Your answer should consist only of the lines below from the one with "v 5.55 -32.85 0" through the one with "v -3.514 -13.192 9.75", copied exactly.

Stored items
====================

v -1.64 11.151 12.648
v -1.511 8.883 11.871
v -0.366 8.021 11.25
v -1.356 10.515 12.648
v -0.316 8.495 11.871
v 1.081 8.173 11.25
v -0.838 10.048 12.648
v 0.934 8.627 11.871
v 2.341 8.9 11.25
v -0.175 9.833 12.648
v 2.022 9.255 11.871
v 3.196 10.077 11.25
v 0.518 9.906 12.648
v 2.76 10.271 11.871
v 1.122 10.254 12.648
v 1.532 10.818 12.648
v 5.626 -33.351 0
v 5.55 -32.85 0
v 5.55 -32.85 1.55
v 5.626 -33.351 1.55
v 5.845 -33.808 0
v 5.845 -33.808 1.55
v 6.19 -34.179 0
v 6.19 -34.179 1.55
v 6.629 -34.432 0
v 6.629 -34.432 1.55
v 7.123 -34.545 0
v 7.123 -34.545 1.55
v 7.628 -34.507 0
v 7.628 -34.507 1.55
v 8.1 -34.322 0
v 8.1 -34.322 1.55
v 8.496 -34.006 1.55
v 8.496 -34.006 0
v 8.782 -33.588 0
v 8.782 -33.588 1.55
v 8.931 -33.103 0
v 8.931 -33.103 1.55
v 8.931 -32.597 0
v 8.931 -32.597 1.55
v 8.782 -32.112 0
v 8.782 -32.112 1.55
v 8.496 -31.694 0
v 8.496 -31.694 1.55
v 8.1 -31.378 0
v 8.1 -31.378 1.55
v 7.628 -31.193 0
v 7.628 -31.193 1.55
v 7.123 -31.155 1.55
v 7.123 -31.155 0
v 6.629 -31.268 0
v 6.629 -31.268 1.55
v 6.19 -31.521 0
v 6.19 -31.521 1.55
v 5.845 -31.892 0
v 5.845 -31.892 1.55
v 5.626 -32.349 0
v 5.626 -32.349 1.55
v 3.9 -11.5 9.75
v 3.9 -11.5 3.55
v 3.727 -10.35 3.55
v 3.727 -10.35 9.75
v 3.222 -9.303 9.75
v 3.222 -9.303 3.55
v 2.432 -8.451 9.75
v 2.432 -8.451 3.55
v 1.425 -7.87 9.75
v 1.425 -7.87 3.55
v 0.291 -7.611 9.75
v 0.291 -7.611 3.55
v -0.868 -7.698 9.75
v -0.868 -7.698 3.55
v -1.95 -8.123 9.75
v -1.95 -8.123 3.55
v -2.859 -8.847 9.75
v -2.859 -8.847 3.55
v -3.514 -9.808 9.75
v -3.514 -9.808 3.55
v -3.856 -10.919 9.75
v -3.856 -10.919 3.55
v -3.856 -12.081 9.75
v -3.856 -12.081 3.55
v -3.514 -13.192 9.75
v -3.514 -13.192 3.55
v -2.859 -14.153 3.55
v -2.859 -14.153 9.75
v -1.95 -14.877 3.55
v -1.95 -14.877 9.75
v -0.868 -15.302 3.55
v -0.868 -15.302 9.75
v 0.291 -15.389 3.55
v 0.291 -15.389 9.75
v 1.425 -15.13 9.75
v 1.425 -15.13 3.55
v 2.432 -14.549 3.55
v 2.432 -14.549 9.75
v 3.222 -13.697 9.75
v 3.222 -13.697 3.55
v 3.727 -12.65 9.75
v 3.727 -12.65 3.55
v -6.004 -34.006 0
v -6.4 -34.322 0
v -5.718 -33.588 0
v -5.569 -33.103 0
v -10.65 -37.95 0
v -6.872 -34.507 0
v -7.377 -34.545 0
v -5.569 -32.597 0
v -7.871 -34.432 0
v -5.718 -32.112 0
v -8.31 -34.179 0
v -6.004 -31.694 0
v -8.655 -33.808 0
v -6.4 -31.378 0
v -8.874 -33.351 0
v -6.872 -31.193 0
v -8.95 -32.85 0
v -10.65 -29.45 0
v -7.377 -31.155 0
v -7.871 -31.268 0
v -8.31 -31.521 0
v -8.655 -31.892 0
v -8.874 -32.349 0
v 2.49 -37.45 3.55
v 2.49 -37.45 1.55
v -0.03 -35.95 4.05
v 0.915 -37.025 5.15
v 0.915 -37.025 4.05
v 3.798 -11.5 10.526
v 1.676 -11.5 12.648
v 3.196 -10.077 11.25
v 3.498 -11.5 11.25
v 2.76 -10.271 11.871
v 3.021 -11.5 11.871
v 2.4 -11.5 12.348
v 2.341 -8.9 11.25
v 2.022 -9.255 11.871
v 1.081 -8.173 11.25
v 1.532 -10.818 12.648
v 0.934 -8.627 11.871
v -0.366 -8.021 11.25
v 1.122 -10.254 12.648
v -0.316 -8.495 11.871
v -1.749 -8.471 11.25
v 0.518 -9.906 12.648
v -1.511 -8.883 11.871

====================

**RESULT**
v 5.55 -32.85 0
v 5.55 -32.85 1.55
v 5.626 -33.351 1.55
v 5.845 -33.808 0
v 5.845 -33.808 1.55
v 6.19 -34.179 0
v 6.19 -34.179 1.55
v 6.629 -34.432 0
v 6.629 -34.432 1.55
v 7.123 -34.545 0
v 7.123 -34.545 1.55
v 7.628 -34.507 0
v 7.628 -34.507 1.55
v 8.1 -34.322 0
v 8.1 -34.322 1.55
v 8.496 -34.006 1.55
v 8.496 -34.006 0
v 8.782 -33.588 0
v 8.782 -33.588 1.55
v 8.931 -33.103 0
v 8.931 -33.103 1.55
v 8.931 -32.597 0
v 8.931 -32.597 1.55
v 8.782 -32.112 0
v 8.782 -32.112 1.55
v 8.496 -31.694 0
v 8.496 -31.694 1.55
v 8.1 -31.378 0
v 8.1 -31.378 1.55
v 7.628 -31.193 0
v 7.628 -31.193 1.55
v 7.123 -31.155 1.55
v 7.123 -31.155 0
v 6.629 -31.268 0
v 6.629 -31.268 1.55
v 6.19 -31.521 0
v 6.19 -31.521 1.55
v 5.845 -31.892 0
v 5.845 -31.892 1.55
v 5.626 -32.349 0
v 5.626 -32.349 1.55
v 3.9 -11.5 9.75
v 3.9 -11.5 3.55
v 3.727 -10.35 3.55
v 3.727 -10.35 9.75
v 3.222 -9.303 9.75
v 3.222 -9.303 3.55
v 2.432 -8.451 9.75
v 2.432 -8.451 3.55
v 1.425 -7.87 9.75
v 1.425 -7.87 3.55
v 0.291 -7.611 9.75
v 0.291 -7.611 3.55
v -0.868 -7.698 9.75
v -0.868 -7.698 3.55
v -1.95 -8.123 9.75
v -1.95 -8.123 3.55
v -2.859 -8.847 9.75
v -2.859 -8.847 3.55
v -3.514 -9.808 9.75
v -3.514 -9.808 3.55
v -3.856 -10.919 9.75
v -3.856 -10.919 3.55
v -3.856 -12.081 9.75
v -3.856 -12.081 3.55
v -3.514 -13.192 9.75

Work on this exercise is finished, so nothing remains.